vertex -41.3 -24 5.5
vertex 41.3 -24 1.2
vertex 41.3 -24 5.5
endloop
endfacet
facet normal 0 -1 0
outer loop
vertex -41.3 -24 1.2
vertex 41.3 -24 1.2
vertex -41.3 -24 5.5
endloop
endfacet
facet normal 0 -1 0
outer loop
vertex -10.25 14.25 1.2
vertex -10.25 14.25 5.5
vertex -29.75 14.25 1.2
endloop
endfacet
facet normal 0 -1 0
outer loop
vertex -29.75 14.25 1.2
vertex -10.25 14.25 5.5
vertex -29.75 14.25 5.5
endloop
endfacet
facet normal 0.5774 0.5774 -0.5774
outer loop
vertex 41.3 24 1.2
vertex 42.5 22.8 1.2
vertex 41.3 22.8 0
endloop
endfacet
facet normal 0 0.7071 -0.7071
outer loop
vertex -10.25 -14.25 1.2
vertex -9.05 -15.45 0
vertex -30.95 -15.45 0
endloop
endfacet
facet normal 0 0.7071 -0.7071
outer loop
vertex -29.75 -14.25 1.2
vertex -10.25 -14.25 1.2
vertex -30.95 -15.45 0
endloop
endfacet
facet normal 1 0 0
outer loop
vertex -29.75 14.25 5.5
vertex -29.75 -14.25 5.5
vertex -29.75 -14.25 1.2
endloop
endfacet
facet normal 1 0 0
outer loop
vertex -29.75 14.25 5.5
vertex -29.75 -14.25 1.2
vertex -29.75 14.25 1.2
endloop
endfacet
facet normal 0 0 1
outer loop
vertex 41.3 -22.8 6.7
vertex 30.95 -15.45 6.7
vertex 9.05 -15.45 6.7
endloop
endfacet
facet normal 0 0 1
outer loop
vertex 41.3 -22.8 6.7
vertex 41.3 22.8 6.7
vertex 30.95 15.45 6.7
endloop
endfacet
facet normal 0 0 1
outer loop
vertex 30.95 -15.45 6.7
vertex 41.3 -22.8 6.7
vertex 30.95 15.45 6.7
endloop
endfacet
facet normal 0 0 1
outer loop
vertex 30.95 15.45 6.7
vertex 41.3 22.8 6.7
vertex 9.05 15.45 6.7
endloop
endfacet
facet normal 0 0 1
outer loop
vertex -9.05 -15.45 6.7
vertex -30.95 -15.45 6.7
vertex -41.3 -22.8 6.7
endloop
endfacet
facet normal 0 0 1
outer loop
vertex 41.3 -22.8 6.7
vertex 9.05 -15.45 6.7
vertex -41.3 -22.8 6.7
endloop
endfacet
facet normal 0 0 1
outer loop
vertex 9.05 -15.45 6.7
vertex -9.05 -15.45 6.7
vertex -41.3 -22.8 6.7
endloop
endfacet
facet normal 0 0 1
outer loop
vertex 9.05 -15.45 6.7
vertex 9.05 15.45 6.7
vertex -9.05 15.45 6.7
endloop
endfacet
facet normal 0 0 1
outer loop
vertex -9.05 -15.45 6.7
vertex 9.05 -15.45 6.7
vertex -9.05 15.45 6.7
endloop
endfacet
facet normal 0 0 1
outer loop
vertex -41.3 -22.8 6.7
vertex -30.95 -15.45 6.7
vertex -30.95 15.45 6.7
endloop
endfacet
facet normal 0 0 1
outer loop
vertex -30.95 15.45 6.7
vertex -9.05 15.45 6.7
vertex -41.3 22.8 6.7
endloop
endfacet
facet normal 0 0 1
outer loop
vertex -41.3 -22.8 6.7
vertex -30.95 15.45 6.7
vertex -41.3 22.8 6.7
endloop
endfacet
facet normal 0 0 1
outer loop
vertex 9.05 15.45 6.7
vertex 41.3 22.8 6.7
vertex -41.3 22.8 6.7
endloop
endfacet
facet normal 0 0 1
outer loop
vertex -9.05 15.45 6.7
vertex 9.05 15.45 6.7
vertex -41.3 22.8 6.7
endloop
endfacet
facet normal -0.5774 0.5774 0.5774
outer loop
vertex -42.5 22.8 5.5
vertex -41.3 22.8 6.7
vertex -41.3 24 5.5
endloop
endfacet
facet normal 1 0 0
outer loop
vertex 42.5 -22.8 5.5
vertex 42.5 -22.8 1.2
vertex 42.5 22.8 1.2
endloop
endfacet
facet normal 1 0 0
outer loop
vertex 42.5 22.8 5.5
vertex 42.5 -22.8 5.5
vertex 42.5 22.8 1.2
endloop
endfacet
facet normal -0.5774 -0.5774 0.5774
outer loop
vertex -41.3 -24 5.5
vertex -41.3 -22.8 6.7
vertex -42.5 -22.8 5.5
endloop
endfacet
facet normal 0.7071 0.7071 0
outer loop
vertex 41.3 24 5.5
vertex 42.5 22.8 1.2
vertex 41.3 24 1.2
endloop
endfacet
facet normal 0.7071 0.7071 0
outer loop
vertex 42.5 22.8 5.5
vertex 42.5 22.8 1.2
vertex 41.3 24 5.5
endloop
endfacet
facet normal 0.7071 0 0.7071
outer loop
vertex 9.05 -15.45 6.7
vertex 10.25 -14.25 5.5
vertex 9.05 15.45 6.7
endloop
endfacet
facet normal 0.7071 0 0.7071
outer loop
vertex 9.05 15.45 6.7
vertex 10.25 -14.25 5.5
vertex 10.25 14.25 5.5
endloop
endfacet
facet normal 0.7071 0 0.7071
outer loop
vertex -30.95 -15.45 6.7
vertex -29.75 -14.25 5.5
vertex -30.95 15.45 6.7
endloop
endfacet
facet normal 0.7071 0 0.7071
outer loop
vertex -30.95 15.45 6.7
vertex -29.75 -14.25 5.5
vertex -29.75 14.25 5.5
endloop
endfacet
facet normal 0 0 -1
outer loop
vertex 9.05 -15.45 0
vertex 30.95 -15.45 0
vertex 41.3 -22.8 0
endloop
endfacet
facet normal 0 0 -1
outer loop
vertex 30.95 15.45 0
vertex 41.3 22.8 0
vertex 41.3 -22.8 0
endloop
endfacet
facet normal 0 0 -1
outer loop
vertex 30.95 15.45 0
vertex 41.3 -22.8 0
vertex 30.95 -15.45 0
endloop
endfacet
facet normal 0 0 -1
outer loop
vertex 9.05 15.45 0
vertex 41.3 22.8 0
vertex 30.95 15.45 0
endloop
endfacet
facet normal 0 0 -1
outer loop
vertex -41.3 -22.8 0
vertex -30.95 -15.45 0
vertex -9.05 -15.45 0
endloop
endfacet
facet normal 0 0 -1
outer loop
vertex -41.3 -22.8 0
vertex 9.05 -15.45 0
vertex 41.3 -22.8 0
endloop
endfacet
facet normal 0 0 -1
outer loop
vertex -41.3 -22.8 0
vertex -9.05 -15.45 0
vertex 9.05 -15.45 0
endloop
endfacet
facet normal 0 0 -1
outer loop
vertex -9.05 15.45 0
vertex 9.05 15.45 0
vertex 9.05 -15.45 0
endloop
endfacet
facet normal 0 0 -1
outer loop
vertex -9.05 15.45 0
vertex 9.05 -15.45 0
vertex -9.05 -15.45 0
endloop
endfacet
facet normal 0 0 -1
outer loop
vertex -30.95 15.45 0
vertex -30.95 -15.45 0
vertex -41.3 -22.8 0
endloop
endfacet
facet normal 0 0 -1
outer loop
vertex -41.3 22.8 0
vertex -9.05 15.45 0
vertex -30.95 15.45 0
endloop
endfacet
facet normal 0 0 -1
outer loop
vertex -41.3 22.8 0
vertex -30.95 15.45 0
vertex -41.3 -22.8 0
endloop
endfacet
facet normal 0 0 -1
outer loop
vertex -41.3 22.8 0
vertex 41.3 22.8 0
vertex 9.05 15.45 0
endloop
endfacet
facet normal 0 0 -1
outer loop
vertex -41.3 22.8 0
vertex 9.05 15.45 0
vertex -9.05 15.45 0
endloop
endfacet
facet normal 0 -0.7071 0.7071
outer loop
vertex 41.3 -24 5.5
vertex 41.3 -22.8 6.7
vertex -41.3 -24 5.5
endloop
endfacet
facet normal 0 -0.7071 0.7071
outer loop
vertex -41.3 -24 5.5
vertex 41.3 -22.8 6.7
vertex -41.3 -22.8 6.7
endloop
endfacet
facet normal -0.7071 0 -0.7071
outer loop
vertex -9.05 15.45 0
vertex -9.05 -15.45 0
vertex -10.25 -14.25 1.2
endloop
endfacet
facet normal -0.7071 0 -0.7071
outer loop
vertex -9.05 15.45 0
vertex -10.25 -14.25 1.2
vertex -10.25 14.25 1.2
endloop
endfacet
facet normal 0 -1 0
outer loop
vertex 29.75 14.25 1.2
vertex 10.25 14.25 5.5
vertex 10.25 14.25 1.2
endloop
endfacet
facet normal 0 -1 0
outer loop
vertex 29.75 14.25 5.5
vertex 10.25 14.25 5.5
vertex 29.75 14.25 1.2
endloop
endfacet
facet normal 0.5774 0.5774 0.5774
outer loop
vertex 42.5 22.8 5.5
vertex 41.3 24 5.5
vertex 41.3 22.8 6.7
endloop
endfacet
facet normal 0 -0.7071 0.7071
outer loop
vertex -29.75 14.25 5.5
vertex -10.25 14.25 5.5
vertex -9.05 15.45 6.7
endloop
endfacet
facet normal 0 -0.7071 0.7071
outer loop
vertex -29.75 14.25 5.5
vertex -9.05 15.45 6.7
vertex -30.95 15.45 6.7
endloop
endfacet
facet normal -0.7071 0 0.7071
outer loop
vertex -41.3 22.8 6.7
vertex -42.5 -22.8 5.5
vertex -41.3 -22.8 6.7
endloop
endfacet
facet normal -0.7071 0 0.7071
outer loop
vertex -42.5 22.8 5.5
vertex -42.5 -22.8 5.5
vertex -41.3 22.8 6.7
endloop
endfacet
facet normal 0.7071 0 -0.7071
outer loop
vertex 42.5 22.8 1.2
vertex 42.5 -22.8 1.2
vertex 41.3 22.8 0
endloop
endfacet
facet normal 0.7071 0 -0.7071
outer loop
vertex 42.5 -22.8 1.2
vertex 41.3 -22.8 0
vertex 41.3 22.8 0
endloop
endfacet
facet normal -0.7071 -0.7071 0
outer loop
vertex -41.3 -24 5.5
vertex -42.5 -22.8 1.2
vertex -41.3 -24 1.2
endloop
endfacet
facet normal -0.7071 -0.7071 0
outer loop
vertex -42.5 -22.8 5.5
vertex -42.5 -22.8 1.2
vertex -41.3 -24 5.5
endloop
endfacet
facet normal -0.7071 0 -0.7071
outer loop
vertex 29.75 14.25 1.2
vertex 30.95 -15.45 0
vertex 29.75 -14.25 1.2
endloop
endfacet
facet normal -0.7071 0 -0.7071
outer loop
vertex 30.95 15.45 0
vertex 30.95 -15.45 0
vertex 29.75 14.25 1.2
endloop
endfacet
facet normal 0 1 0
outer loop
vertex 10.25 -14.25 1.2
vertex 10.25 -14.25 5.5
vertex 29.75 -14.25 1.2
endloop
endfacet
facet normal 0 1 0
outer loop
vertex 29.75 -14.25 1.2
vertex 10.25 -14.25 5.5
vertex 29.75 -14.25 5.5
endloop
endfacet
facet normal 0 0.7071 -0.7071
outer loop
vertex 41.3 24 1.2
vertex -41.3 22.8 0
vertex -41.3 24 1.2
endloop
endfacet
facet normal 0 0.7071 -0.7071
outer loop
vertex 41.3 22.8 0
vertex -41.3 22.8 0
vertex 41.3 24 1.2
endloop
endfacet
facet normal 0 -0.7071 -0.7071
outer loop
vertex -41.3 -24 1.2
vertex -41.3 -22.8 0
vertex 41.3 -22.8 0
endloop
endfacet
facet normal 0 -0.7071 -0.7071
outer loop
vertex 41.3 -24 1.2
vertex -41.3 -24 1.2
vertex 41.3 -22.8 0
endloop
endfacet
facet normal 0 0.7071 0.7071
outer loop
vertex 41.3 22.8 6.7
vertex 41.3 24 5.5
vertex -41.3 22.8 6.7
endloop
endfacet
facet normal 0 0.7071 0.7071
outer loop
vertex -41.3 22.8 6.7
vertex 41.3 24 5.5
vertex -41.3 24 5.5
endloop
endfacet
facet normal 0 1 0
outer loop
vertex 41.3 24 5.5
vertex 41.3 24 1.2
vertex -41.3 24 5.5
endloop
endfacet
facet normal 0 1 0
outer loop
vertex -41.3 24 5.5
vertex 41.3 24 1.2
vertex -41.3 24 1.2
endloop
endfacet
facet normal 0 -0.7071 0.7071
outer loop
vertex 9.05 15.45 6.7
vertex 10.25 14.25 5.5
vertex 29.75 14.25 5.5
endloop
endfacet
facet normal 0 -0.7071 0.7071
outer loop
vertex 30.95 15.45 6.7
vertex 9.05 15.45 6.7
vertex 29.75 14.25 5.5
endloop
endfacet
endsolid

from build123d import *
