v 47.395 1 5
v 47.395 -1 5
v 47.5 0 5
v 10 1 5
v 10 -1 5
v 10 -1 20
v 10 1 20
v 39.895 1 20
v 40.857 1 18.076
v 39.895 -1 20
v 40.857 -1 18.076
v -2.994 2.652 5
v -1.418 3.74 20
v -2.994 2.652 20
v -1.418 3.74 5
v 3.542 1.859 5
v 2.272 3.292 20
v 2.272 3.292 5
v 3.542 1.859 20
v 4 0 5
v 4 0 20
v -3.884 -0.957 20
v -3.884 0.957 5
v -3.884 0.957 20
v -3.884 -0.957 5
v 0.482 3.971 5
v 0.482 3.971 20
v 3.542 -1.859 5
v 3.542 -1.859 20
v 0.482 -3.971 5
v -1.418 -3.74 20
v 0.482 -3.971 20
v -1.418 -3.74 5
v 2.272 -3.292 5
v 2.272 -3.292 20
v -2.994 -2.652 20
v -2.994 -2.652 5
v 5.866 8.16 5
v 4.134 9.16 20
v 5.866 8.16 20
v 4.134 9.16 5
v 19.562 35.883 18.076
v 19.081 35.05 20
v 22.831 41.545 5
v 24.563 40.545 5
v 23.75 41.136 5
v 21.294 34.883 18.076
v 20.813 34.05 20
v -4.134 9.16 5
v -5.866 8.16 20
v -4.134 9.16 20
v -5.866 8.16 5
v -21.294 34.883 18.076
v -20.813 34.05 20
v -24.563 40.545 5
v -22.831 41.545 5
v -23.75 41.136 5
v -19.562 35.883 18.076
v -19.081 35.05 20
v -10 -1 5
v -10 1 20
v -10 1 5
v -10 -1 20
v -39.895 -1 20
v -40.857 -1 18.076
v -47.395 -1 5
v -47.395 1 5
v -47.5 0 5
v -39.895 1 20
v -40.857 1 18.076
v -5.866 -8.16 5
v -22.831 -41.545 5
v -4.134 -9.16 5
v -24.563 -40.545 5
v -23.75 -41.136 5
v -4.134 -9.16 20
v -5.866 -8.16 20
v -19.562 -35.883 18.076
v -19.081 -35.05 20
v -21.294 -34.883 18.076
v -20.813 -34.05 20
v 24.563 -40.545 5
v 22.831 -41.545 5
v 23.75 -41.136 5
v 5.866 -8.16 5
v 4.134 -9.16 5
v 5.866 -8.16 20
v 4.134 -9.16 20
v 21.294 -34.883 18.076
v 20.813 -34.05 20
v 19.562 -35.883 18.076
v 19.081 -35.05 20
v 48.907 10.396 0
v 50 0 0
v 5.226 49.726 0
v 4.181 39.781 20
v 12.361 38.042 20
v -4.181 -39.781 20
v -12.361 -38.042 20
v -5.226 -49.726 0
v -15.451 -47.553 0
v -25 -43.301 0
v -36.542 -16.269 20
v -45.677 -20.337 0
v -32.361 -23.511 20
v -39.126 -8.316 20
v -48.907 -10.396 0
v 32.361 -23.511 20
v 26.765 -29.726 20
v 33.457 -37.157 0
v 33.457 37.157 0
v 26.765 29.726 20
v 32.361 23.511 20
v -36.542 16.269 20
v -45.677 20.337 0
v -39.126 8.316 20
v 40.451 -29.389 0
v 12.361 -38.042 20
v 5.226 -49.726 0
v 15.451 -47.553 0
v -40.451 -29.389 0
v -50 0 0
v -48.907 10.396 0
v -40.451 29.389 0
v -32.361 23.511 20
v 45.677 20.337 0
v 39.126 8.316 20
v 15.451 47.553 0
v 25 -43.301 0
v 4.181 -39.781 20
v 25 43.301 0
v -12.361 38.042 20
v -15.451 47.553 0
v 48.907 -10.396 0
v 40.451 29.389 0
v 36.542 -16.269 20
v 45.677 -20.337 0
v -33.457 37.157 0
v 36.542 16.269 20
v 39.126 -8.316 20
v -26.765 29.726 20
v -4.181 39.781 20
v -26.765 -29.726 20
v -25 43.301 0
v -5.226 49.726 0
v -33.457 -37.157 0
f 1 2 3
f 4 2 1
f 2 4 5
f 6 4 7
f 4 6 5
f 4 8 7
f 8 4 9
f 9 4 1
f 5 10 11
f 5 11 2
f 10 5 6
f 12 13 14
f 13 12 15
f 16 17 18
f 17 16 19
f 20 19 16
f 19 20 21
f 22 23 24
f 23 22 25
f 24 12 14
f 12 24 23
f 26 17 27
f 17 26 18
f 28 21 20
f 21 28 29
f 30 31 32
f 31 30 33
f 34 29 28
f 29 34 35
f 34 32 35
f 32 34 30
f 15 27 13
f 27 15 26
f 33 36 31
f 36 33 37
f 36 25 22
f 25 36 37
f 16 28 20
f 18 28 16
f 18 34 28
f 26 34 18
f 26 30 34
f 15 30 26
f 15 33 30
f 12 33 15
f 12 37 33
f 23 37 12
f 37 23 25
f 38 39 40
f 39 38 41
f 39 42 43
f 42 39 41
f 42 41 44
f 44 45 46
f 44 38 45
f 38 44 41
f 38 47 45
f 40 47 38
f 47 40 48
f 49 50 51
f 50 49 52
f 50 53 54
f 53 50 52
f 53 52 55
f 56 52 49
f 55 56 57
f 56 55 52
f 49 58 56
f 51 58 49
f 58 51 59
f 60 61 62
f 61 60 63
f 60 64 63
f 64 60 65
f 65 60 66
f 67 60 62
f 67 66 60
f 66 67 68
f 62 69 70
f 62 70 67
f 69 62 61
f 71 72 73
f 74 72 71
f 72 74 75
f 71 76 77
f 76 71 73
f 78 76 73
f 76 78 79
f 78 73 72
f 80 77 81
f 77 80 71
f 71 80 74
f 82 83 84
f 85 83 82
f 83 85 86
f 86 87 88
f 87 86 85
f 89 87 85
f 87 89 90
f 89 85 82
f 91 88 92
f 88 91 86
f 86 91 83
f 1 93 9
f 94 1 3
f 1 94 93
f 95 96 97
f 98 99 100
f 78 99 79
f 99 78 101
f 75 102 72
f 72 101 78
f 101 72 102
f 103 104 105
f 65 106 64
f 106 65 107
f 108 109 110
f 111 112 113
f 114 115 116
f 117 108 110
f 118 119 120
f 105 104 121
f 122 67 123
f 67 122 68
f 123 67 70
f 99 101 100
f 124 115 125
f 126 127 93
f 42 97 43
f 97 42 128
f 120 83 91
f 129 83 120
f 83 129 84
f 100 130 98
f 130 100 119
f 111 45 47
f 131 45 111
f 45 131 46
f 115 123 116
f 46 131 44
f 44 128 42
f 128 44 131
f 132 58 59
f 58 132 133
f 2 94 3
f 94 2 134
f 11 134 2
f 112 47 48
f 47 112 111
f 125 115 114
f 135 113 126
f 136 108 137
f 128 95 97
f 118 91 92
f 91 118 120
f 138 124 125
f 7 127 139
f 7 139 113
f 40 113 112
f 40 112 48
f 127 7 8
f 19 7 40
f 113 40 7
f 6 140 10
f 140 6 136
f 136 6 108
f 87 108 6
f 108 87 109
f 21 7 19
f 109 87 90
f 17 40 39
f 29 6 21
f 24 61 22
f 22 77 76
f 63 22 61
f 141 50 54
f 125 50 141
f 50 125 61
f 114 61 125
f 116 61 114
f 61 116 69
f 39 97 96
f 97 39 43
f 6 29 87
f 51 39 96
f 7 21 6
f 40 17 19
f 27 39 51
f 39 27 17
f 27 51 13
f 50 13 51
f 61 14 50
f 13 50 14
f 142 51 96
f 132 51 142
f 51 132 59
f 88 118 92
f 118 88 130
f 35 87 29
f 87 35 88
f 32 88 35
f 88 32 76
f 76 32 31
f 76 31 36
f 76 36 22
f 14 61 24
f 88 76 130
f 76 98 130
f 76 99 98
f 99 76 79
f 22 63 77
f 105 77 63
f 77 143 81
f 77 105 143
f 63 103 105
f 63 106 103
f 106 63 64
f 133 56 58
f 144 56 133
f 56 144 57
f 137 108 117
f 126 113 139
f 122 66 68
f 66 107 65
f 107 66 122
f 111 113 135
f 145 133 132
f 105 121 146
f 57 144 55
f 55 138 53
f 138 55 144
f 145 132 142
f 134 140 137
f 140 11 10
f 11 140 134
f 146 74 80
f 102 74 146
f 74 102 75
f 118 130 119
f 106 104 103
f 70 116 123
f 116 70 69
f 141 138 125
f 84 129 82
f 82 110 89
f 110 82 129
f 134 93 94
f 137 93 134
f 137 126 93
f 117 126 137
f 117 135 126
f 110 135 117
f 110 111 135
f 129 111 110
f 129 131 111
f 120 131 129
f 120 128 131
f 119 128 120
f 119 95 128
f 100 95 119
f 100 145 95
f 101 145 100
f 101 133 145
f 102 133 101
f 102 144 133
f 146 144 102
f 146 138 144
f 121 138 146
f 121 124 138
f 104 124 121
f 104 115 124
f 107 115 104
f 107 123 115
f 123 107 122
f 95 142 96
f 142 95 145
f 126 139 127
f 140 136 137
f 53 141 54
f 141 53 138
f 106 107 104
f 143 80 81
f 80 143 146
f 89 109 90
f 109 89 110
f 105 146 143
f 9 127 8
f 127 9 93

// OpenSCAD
//Number of records slots in base *MAX OF 10*
numRecords=6;
//Smooth Rod Diameter 
rodDiameter=8;

module bottom(){
cylinder(r1=50, r2=40, h=20);

}
module base()
{
if (numRecords>10)
{
echo("Please choose a number less than 10");
}
else{
difference()
{
bottom();
for (x= [0:360/numRecords:360])
{ 
rotate([0,0,x]) translate([30,0,17.5]) cube([40,2,25],center=true);
translate([0,0,5])cylinder(r=rodDiameter/2, h=125);
}
}
}
}

base();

───

What the exercise asks ::
From the listing above, the lines starting with the one that has "v 3.542 1.859 20" and running through the one that has "v -24.563 40.545 5" should be copied exactly, ends included.

Answer space ::
v 3.542 1.859 20
v 4 0 5
v 4 0 20
v -3.884 -0.957 20
v -3.884 0.957 5
v -3.884 0.957 20
v -3.884 -0.957 5
v 0.482 3.971 5
v 0.482 3.971 20
v 3.542 -1.859 5
v 3.542 -1.859 20
v 0.482 -3.971 5
v -1.418 -3.74 20
v 0.482 -3.971 20
v -1.418 -3.74 5
v 2.272 -3.292 5
v 2.272 -3.292 20
v -2.994 -2.652 20
v -2.994 -2.652 5
v 5.866 8.16 5
v 4.134 9.16 20
v 5.866 8.16 20
v 4.134 9.16 5
v 19.562 35.883 18.076
v 19.081 35.05 20
v 22.831 41.545 5
v 24.563 40.545 5
v 23.75 41.136 5
v 21.294 34.883 18.076
v 20.813 34.05 20
v -4.134 9.16 5
v -5.866 8.16 20
v -4.134 9.16 20
v -5.866 8.16 5
v -21.294 34.883 18.076
v -20.813 34.05 20
v -24.563 40.545 5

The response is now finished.